Description
The Shepherd of the Hills by Harold Bell Wright
Harold Bell Wright’s masterpiece, The Shepherd of the Hills may be familiar to theater goers and movie enthusiasts, too. However excellent these adaptations may be, their power cannot be compared to the original: a wonderful and moving text about the life of the people living in the Ozark Mountains in Missouri and Arkansas.
The book captivates the reader not only with the multiple plots developing parallel to each other, then intersecting in exactly the right moment. The characters are also masterfully built and the journey is taken not only into the mountains, but into the protagonist’s own self as well. A lonely stranger comes to the Ozarks and makes a very powerful appearance, changing the community’s life and changing himself, too. The story amuses with little, anecdote-like events such as Young Matt’s attempts to conquer Sammy Lane’s heart or the fight between Matt and Wash Gibb for the honorable title “the Strongest Man in the Hills”. The anecdotes on one side are balanced out by much more serious events on the other side – the book is spiced with humor, but it is ultimately about what any good book should be: the eternal fight between good and evil and life, with all its beauty and pain, all told in a fascinating, thought raising way.

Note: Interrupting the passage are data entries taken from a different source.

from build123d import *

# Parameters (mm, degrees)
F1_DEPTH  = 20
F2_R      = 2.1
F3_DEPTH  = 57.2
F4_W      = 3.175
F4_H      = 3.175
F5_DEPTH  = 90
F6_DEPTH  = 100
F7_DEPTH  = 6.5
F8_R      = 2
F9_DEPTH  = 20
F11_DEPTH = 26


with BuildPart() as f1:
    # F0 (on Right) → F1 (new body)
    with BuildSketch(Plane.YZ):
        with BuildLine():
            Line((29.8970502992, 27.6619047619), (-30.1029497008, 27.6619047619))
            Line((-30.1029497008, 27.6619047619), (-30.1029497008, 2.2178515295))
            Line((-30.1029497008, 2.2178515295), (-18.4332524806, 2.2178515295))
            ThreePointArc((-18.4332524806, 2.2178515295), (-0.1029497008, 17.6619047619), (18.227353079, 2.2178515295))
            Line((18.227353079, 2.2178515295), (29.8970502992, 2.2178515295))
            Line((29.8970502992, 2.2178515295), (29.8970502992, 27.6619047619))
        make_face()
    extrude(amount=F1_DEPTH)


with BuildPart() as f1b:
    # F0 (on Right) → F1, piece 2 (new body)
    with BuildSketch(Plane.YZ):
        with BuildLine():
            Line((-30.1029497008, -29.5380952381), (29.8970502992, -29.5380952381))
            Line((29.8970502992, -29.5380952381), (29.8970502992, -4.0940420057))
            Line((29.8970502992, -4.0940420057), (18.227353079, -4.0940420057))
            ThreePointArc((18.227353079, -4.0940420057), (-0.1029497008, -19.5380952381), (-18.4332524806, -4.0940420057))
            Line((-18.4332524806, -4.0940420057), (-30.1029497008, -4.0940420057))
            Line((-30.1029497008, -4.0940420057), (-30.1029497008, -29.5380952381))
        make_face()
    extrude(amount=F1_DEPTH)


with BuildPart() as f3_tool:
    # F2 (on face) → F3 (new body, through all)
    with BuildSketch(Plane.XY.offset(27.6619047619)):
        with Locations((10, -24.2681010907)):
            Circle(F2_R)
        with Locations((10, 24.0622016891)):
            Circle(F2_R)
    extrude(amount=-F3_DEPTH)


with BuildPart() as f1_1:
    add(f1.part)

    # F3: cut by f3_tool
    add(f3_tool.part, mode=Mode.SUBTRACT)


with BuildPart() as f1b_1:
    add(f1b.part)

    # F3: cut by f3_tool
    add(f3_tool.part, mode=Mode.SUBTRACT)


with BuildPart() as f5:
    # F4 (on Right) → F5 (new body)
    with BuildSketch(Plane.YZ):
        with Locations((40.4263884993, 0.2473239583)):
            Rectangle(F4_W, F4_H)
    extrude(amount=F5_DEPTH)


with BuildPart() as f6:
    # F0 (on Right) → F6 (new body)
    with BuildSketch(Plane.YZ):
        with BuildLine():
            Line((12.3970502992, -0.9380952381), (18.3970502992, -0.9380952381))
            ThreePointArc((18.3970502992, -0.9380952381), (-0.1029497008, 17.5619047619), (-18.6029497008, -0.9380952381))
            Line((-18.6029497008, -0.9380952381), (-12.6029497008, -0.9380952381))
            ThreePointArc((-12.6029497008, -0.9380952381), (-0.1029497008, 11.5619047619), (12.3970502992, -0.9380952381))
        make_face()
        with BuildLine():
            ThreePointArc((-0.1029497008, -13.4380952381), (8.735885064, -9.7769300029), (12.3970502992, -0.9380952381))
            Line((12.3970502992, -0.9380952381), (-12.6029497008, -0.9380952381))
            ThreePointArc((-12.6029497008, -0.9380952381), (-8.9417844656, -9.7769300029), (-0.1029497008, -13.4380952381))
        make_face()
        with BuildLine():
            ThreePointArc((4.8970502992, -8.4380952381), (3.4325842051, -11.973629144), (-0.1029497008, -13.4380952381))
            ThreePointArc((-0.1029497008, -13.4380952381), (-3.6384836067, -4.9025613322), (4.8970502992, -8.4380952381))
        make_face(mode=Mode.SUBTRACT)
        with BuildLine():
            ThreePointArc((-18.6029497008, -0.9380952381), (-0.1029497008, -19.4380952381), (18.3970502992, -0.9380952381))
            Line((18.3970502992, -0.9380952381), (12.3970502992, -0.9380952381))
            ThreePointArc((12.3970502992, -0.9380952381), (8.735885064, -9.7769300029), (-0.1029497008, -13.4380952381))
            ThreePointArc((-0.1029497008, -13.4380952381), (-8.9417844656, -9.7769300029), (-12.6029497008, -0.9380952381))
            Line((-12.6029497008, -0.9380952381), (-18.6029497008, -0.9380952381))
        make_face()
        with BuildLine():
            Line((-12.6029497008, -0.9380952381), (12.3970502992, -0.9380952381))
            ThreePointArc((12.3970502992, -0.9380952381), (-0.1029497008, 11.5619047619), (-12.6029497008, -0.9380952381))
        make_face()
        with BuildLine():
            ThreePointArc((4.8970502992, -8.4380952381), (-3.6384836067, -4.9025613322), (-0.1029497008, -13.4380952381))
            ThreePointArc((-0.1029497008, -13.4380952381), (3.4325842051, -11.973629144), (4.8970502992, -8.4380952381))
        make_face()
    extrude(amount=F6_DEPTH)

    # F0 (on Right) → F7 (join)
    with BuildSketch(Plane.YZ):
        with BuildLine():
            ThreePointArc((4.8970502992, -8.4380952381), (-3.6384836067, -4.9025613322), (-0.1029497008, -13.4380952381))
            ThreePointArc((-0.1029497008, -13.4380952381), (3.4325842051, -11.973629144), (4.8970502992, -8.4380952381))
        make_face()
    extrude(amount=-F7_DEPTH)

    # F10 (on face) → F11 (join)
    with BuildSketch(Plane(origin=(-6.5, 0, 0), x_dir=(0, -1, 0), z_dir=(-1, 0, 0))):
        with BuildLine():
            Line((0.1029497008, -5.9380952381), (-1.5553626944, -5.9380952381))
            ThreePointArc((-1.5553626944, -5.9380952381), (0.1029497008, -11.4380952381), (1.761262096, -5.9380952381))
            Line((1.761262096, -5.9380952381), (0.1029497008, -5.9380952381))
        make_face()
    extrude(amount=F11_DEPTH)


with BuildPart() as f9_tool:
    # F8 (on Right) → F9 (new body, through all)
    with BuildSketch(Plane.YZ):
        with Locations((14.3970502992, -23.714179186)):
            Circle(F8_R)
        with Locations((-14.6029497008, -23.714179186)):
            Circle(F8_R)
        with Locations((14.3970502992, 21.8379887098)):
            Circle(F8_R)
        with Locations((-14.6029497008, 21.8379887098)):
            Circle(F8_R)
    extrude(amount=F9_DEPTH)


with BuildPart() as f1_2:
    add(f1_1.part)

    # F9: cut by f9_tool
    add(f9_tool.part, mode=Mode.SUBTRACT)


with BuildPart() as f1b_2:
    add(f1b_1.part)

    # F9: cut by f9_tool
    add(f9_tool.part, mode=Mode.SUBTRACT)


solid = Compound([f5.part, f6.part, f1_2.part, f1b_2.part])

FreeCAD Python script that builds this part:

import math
import FreeCAD as App
import Part
import Sketcher
from FreeCAD import Vector

doc = App.newDocument("Part")
body = doc.addObject("PartDesign::Body", "Body")

sketch1 = doc.addObject("Sketcher::SketchObject", "Sketch")
body.addObject(sketch1)
sketch1.AttachmentSupport = (doc.YZ_Plane, [""])
sketch1.MapMode = "FlatFace"
sketch1.addGeometry(Part.LineSegment(Vector(29.89705, 27.661905, 0), Vector(-30.10295, 27.661905, 0)), False)
sketch1.addGeometry(Part.LineSegment(Vector(-30.10295, 27.661905, 0), Vector(-30.10295, 2.217852, 0)), False)
sketch1.addGeometry(Part.LineSegment(Vector(-30.10295, 2.217852, 0), Vector(-18.433252, 2.217852, 0)), False)
sketch1.addGeometry(Part.ArcOfCircle(Part.Circle(Vector(-0.10295, -0.938095, 0), Vector(0, 0, 1), 18.6), math.radians(9.768898), math.radians(170.231102)), False)
sketch1.addGeometry(Part.LineSegment(Vector(18.227353, 2.217852, 0), Vector(29.89705, 2.217852, 0)), False)
sketch1.addGeometry(Part.LineSegment(Vector(29.89705, 2.217852, 0), Vector(29.89705, 27.661905, 0)), False)
sketch1.addConstraint(Sketcher.Constraint("Coincident", 0, 2, 1, 1))
sketch1.addConstraint(Sketcher.Constraint("Coincident", 1, 2, 2, 1))
sketch1.addConstraint(Sketcher.Constraint("Coincident", 2, 2, 3, 2))
sketch1.addConstraint(Sketcher.Constraint("Coincident", 3, 1, 4, 1))
sketch1.addConstraint(Sketcher.Constraint("Coincident", 4, 2, 5, 1))
sketch1.addConstraint(Sketcher.Constraint("Coincident", 5, 2, 0, 1))
sketch1.addConstraint(Sketcher.Constraint("Horizontal", 0))
sketch1.addConstraint(Sketcher.Constraint("Vertical", 1))
sketch1.addConstraint(Sketcher.Constraint("Horizontal", 2))
sketch1.addConstraint(Sketcher.Constraint("Horizontal", 4))
sketch1.addConstraint(Sketcher.Constraint("Vertical", 5))
sketch1.addConstraint(Sketcher.Constraint("Horizontal", 2, 2, 3, 1))
sketch1.addConstraint(Sketcher.Constraint("Equal", 2, 4))
sketch1.addConstraint(Sketcher.Constraint("Radius", 3, 18.6))
sketch1.addConstraint(Sketcher.Constraint("DistanceX", 0, 2, 0, 1, 60.0))
sketch1.addConstraint(Sketcher.Constraint("DistanceY", 3, 3, 0, 2, 28.6))
sketch1.addConstraint(Sketcher.Constraint("DistanceX", 2, 1, 2, 2, 11.669697))
sketch1.addConstraint(Sketcher.Constraint("DistanceX", 3, 3, -1, 1, 0.10295))
sketch1.addConstraint(Sketcher.Constraint("DistanceY", -1, 1, 1, 2, 2.217852))
pad1 = doc.addObject("PartDesign::Pad", "Pad")
body.addObject(pad1)
pad1.Profile = sketch1
pad1.Length = 20
body2 = doc.addObject("PartDesign::Body", "Body001")

sketch2 = doc.addObject("Sketcher::SketchObject", "Sketch001")
body2.addObject(sketch2)
sketch2.AttachmentSupport = (doc.getObject("YZ_Plane001"), [""])
sketch2.MapMode = "FlatFace"
sketch2.addGeometry(Part.LineSegment(Vector(-30.10295, -29.538095, 0), Vector(29.89705, -29.538095, 0)), False)
sketch2.addGeometry(Part.LineSegment(Vector(29.89705, -29.538095, 0), Vector(29.89705, -4.094042, 0)), False)
sketch2.addGeometry(Part.LineSegment(Vector(29.89705, -4.094042, 0), Vector(18.227353, -4.094042, 0)), False)
sketch2.addGeometry(Part.ArcOfCircle(Part.Circle(Vector(-0.10295, -0.938095, 0), Vector(0, 0, 1), 18.6), math.radians(-170.231102), math.radians(-9.768898)), False)
sketch2.addGeometry(Part.LineSegment(Vector(-18.433252, -4.094042, 0), Vector(-30.10295, -4.094042, 0)), False)
sketch2.addGeometry(Part.LineSegment(Vector(-30.10295, -4.094042, 0), Vector(-30.10295, -29.538095, 0)), False)
sketch2.addConstraint(Sketcher.Constraint("Coincident", 0, 2, 1, 1))
sketch2.addConstraint(Sketcher.Constraint("Coincident", 1, 2, 2, 1))
sketch2.addConstraint(Sketcher.Constraint("Coincident", 2, 2, 3, 2))
sketch2.addConstraint(Sketcher.Constraint("Coincident", 3, 1, 4, 1))
sketch2.addConstraint(Sketcher.Constraint("Coincident", 4, 2, 5, 1))
sketch2.addConstraint(Sketcher.Constraint("Coincident", 5, 2, 0, 1))
sketch2.addConstraint(Sketcher.Constraint("Horizontal", 0))
sketch2.addConstraint(Sketcher.Constraint("Vertical", 1))
sketch2.addConstraint(Sketcher.Constraint("Horizontal", 2))
sketch2.addConstraint(Sketcher.Constraint("Horizontal", 4))
sketch2.addConstraint(Sketcher.Constraint("Vertical", 5))
sketch2.addConstraint(Sketcher.Constraint("Horizontal", 2, 2, 3, 1))
sketch2.addConstraint(Sketcher.Constraint("Equal", 2, 4))
sketch2.addConstraint(Sketcher.Constraint("Radius", 3, 18.6))
sketch2.addConstraint(Sketcher.Constraint("DistanceX", 0, 1, 0, 2, 60.0))
sketch2.addConstraint(Sketcher.Constraint("DistanceY", 0, 2, 3, 3, 28.6))
sketch2.addConstraint(Sketcher.Constraint("DistanceX", 2, 2, 2, 1, 11.669697))
sketch2.addConstraint(Sketcher.Constraint("DistanceX", 3, 3, -1, 1, 0.10295))
sketch2.addConstraint(Sketcher.Constraint("DistanceY", 3, 3, -1, 1, 0.938095))
pad2 = doc.addObject("PartDesign::Pad", "Pad001")
body2.addObject(pad2)
pad2.Profile = sketch2
pad2.Length = 20
body3 = doc.addObject("PartDesign::Body", "Body002")
body3.AllowCompound = True

sketch3 = doc.addObject("Sketcher::SketchObject", "Sketch002")
body3.addObject(sketch3)
sketch3.AttachmentSupport = (doc.getObject("XY_Plane002"), [""])
sketch3.MapMode = "FlatFace"
sketch3.AttachmentOffset = App.Placement(Vector(0, 0, 27.661905), App.Rotation())
sketch3.addGeometry(Part.Circle(Vector(10, -24.268101, 0), Vector(0, 0, 1), 2.1), False)
sketch3.addGeometry(Part.Circle(Vector(10, 24.062202, 0), Vector(0, 0, 1), 2.1), False)
sketch3.addConstraint(Sketcher.Constraint("Equal", 0, 1))
sketch3.addConstraint(Sketcher.Constraint("Vertical", 0, 3, 1, 3))
sketch3.addConstraint(Sketcher.Constraint("Diameter", 0, 4.2))
sketch3.addConstraint(Sketcher.Constraint("DistanceX", -1, 1, 0, 3, 10.0))
sketch3.addConstraint(Sketcher.Constraint("DistanceY", 0, 3, -1, 1, 24.268101))
sketch3.addConstraint(Sketcher.Constraint("DistanceY", -1, 1, 1, 3, 24.062202))
pad3 = doc.addObject("PartDesign::Pad", "Pad002")
body3.addObject(pad3)
pad3.Profile = sketch3
pad3.Length = 57.2
pad3.Reversed = True
doc.recompute()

Wright’s novel is certainly educational, but it is also heartwarming, making an excellent read for youth and adults alike. If you liked Tom Sawyer and Huckleberry Finn, you will certainly love The Shepherd of the Hill, too and not only because the vernacular spoken by the characters is pretty much the same as Mark Twain used in his famous stories, but also because the events are just as well structured and multi-faceted, the characters are just as complex as the characters in Twain’s fictional, but all too real world.